Emi’s heart skipped a beat.
“…Do you think that was actually wheat, maybe?” Emi asked. “Rice plants droop down when they’re ready for harvest, but wheat stalks would still be standing straight up.”
“Yeah, that might be the case, then. But I couldn’t really make out what was in the background. The guy was holding a sword, and he was looking at me…or, I guess, he was looking toward my viewpoint, anyway.”
“A sword?” Emi’s pulse shifted from a quick staccato to an oppressive drone of thumping. “For real?”
“Yeah, but…” Chiho paused a moment, unsure of what attracted Emi’s attention. “But that’s really it, though. That’s all the memory that I have. That, and…”
Chiho found herself pausing again, gauging Emi’s clear disappointment.
“Assieth-arra.”
“…What?”
“Assieth-arra.

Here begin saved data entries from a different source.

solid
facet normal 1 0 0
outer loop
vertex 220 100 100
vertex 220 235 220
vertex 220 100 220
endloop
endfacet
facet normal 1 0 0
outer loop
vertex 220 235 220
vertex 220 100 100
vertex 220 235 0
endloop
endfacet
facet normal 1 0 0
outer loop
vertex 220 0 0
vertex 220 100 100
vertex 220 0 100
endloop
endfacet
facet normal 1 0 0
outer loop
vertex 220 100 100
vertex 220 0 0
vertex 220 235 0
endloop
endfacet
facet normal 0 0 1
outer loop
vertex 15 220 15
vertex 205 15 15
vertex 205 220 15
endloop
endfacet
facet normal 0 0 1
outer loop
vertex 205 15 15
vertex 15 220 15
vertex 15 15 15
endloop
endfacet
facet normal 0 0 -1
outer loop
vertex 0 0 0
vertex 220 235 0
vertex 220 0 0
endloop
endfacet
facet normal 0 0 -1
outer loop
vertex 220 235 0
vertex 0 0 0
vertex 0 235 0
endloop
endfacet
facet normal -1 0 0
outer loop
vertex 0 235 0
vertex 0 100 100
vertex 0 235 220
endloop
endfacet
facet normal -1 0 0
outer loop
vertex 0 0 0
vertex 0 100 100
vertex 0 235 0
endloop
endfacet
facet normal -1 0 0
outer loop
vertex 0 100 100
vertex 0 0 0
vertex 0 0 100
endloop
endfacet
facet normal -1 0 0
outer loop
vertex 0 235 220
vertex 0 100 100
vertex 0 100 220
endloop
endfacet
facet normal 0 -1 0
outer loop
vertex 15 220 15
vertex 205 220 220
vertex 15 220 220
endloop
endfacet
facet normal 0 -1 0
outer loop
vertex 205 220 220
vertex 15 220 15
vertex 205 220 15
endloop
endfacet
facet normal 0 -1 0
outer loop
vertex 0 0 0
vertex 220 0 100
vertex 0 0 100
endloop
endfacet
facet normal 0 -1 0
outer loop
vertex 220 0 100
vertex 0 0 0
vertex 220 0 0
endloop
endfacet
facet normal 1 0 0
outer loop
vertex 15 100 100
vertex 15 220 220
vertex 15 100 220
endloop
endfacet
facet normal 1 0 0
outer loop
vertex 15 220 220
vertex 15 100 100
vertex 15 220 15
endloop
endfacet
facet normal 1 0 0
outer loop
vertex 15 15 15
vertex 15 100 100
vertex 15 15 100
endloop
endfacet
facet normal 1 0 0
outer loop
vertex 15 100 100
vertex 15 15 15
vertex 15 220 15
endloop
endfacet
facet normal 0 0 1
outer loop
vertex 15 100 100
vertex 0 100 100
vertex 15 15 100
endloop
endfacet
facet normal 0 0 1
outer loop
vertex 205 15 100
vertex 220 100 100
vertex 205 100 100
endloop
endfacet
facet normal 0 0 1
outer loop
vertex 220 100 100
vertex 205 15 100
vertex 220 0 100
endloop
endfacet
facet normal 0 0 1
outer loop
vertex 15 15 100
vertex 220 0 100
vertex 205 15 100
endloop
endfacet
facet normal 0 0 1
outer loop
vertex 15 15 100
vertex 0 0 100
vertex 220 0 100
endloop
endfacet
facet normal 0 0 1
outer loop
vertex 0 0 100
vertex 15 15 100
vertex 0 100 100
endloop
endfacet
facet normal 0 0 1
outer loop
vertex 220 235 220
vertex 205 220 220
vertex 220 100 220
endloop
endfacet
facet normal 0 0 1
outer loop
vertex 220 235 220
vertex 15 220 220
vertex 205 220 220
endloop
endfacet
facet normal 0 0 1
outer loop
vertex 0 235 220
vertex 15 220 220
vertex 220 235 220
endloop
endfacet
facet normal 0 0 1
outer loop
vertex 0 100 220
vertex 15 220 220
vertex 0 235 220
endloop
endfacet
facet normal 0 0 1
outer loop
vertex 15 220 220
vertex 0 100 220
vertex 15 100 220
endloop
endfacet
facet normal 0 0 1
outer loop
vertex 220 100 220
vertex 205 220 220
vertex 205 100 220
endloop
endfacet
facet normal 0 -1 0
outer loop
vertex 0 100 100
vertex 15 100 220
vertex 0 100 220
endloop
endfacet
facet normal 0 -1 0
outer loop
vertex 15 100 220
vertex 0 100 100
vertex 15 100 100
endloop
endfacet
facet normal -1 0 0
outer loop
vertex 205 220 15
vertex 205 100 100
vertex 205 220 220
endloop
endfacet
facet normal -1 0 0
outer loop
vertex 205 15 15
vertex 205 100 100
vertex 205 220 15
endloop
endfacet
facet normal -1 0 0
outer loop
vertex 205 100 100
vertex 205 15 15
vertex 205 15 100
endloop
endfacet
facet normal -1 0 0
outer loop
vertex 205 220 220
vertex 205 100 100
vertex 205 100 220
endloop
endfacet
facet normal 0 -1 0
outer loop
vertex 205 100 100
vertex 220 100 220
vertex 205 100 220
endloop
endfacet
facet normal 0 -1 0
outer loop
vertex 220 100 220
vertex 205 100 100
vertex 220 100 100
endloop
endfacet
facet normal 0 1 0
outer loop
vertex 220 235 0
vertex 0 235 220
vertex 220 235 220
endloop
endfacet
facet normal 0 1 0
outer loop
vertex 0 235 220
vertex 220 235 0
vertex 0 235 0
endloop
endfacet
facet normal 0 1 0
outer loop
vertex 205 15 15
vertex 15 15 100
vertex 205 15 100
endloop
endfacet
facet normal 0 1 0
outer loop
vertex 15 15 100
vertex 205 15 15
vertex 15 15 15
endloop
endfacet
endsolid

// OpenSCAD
cube([220,220,15]);
    
cube([15,220,100]);

translate([0,100,100])
cube([15,120,120]);

translate([205,0,0])
cube([15,220,100]);

translate([205,100,100])
cube([15,120,120]);

translate([0,220,0])
cube([220,15,220]);

cube([220,15,100]);
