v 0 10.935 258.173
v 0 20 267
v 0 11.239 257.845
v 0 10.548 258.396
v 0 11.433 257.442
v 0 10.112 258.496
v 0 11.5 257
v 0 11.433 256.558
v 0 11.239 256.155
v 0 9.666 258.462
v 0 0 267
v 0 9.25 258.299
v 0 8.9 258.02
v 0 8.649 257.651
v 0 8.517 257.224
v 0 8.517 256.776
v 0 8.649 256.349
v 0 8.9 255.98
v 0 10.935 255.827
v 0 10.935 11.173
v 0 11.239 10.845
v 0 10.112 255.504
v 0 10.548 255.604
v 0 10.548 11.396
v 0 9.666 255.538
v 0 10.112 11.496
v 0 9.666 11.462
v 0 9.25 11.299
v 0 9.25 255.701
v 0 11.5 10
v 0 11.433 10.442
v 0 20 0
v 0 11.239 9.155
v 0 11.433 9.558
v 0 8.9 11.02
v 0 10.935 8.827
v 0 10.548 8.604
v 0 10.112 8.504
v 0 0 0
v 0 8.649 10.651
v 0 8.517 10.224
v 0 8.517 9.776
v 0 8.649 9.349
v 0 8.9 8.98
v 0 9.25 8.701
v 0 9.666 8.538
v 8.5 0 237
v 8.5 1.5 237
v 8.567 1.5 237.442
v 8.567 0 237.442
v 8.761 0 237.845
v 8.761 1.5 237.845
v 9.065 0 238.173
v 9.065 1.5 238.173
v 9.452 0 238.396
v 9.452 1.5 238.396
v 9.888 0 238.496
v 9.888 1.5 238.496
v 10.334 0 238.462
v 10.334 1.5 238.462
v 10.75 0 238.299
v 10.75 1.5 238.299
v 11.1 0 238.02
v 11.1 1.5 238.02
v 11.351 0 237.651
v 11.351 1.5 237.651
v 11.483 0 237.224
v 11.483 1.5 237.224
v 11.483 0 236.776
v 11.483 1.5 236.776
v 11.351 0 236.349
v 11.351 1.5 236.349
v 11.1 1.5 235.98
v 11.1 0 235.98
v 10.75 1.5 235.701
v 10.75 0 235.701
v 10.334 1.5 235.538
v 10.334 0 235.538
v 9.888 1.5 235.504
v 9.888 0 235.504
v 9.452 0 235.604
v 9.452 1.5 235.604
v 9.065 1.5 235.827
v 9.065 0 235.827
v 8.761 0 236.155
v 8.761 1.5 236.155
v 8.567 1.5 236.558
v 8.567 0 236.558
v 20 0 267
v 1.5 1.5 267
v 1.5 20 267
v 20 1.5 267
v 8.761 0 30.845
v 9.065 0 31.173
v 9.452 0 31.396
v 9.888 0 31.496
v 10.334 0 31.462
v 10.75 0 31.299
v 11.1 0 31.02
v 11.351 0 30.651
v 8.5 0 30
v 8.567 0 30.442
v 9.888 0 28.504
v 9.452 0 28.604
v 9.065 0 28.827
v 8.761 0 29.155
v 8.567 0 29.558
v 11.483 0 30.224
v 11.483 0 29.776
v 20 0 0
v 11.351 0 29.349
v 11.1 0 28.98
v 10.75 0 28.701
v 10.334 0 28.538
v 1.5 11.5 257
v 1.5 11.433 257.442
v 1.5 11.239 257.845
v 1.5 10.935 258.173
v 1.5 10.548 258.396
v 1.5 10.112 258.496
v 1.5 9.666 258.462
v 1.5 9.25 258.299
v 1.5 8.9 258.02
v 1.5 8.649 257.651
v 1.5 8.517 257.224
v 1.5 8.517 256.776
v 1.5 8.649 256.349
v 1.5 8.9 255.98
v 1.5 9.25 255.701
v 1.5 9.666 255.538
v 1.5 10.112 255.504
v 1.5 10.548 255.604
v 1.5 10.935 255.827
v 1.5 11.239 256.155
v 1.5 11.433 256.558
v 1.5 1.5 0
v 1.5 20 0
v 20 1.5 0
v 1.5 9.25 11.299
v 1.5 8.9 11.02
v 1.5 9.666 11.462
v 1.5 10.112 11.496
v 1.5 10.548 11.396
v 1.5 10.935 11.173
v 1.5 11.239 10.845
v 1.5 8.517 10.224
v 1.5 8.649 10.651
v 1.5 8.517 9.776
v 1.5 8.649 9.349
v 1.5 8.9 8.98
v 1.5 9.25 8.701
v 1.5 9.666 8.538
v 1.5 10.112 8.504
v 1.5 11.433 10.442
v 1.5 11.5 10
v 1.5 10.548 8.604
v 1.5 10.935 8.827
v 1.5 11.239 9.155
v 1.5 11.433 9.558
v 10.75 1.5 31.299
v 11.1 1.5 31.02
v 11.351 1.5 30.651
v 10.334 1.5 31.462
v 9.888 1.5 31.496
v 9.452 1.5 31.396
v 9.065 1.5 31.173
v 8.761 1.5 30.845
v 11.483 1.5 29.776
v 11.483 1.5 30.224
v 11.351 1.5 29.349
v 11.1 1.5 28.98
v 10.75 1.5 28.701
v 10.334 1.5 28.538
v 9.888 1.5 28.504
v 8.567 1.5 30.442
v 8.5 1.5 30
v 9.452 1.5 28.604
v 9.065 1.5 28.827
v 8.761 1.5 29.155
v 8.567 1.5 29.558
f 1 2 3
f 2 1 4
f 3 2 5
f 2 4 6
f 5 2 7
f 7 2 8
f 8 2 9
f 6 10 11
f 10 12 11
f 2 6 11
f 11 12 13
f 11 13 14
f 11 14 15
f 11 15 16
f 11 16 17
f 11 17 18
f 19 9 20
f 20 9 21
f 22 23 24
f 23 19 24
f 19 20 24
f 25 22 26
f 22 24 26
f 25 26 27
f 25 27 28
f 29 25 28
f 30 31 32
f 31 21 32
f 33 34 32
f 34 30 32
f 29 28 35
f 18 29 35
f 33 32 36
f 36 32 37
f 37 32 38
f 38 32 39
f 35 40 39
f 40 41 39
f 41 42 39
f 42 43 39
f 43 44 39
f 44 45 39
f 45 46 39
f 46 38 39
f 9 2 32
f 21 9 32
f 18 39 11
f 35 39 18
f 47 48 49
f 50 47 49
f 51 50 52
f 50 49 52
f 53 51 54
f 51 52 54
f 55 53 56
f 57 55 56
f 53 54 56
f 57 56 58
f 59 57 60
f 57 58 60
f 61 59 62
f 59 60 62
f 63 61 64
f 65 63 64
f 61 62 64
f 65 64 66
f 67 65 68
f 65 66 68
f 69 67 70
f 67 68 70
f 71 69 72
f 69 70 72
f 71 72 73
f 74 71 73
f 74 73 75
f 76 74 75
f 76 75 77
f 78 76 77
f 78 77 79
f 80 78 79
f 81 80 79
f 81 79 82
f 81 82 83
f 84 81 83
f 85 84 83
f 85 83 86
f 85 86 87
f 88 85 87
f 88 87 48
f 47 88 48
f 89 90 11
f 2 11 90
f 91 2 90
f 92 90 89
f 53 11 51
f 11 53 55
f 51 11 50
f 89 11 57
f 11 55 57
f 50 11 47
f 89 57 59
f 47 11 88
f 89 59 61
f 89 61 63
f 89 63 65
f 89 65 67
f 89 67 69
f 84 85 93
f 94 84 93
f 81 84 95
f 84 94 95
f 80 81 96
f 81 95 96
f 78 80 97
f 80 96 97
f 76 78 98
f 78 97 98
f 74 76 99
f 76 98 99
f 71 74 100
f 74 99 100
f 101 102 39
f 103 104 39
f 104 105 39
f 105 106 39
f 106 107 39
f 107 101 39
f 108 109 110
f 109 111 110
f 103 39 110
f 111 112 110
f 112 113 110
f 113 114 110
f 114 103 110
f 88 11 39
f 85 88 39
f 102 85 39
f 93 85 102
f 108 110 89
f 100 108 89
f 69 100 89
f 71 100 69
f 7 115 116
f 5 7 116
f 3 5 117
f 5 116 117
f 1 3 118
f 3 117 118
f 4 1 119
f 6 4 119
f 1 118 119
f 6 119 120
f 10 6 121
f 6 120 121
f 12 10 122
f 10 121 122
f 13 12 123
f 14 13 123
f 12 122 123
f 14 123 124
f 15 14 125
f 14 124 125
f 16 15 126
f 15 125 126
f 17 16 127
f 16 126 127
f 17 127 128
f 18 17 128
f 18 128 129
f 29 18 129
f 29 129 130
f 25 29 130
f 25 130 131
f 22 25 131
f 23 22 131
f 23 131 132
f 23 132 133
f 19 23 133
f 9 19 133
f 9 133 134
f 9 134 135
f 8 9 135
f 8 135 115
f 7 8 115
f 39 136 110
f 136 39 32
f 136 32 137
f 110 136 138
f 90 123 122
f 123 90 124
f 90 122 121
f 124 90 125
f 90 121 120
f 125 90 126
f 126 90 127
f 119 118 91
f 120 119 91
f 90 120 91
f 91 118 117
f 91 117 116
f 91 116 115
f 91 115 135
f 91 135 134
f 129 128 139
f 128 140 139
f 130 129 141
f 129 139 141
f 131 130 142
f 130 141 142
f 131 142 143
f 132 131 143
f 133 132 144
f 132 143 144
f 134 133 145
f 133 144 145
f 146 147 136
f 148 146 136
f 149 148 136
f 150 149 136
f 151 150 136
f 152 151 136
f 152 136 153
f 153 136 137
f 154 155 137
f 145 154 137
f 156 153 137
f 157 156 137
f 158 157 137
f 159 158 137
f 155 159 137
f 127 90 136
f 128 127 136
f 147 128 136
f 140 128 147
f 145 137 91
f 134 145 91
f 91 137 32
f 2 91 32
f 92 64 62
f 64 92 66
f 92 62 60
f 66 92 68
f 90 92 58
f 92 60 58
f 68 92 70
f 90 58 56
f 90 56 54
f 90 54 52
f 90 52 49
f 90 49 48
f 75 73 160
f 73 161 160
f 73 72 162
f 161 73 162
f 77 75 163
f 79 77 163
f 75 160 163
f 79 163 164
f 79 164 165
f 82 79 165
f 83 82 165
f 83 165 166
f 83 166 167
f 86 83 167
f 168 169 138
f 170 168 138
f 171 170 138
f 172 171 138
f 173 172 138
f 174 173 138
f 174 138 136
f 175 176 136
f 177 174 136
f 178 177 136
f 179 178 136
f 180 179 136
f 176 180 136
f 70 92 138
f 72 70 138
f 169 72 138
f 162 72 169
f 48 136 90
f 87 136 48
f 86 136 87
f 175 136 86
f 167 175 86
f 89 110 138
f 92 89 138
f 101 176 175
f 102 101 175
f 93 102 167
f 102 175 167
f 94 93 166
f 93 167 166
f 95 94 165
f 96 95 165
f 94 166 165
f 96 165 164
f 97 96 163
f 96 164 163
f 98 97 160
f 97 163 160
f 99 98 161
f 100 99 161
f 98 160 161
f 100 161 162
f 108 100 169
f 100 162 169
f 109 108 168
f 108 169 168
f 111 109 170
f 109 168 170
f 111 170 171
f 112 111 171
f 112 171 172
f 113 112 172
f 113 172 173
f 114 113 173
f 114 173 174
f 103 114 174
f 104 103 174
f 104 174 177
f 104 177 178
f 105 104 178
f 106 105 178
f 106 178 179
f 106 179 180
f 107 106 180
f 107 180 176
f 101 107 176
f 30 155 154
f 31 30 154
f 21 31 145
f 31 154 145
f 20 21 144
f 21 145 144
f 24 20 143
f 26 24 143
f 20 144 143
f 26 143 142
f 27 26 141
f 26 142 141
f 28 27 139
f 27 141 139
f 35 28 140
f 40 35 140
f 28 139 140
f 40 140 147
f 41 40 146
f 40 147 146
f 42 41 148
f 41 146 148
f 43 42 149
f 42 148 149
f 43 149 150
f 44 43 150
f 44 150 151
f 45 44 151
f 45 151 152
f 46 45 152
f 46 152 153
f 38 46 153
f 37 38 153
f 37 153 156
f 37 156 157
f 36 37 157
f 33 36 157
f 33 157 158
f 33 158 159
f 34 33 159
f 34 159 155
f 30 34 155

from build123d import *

# Parameters (mm, degrees)
EXTRUSION1_DEPTH = 267
ESQUISSE2_R      = 1.5
EXTRUSION2_DEPTH = 269.38638192
ESQUISSE3_R      = 1.5
EXTRUSION3_DEPTH = 264


with BuildPart() as part:
    # Esquisse1 → Extrusion1 (new body)
    with BuildSketch(Plane.XY):
        Polygon((0, 0), (20, 0), (20, 1.5), (1.5, 1.5), (1.5, 20), (0, 20), align=None)
    extrude(amount=EXTRUSION1_DEPTH)

    # Esquisse2 → Extrusion2 (cut, through all)
    with BuildSketch(Plane(origin=(0, 1.5, 0), x_dir=(1, 0, 0), z_dir=(0, 1, 0))):
        with Locations(Location((10, -30, 0), (0, 0, 180))):
            Circle(ESQUISSE2_R)
        with Locations(Location((10, -237, 0), (0, 0, 180))):
            Circle(ESQUISSE2_R)
    extrude(amount=-EXTRUSION2_DEPTH, mode=Mode.SUBTRACT)

    # Esquisse3 → Extrusion3 (cut)
    with BuildSketch(Plane(origin=(1.5, 0, 0), x_dir=(0, 0, -1), z_dir=(1, 0, 0))):
        with Locations(Location((-257, 10, 0), (0, 0, 90))):
            Circle(ESQUISSE3_R)
        with Locations(Location((-10, 10, 0), (0, 0, 90))):
            Circle(ESQUISSE3_R)
    extrude(amount=-EXTRUSION3_DEPTH, mode=Mode.SUBTRACT)


solid = part.part
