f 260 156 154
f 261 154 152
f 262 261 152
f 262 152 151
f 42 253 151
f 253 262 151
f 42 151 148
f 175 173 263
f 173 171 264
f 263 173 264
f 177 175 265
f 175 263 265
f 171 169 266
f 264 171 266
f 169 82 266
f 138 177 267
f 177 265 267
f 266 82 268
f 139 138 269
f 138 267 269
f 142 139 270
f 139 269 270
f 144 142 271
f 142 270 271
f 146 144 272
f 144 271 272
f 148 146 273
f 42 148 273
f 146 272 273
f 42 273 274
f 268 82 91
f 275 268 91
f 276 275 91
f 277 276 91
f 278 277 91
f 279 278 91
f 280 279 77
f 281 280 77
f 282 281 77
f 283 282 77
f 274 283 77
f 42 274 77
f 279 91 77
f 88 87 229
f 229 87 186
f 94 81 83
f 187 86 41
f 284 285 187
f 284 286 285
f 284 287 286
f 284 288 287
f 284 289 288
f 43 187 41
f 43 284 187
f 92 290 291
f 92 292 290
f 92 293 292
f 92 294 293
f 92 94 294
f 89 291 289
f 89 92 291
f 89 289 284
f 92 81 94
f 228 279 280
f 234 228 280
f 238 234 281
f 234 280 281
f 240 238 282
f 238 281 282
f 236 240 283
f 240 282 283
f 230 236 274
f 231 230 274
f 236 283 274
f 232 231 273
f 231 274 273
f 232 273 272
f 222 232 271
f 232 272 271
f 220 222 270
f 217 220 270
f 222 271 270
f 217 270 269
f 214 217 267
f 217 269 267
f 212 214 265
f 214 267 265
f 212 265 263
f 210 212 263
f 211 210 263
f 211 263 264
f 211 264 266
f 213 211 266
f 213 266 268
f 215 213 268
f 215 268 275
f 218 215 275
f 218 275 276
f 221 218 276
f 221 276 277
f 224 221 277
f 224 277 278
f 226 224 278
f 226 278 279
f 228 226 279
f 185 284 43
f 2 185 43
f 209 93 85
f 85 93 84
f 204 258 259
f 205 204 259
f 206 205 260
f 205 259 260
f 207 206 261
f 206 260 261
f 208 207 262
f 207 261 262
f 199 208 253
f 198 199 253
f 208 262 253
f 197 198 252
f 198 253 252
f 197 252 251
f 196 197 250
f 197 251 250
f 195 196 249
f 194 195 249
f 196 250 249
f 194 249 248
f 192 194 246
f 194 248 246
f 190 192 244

That’s what that man said.”
“Assieth-arra…? Acieth… Maybe it’s something in the Centurient language.” Emi filed the unfamiliar term into her memory. “I’ll ask Bell about it later.”
“I just felt like I had to tell you that for some reason, Yusa…but I don’t really know what any of it means myself.”
Chiho’s anxious expression didn’t escape Emi’s notice as she pondered over this. Not having met the woman in white at Tokyo Big-Egg Town, Chiho had no way of knowing what her memories meant. But to Emi, that all but confirmed her long-held suspicions. She had no idea what was driving her to hide her true identity like this, but only one person in the universe would have a reason to give Chiho a Yesod fragment, toss vast amounts of holy energy around, completely ignore Urushihara, fight against Gabriel and Raguel, and plant memories of a man in a wheat field into Chiho.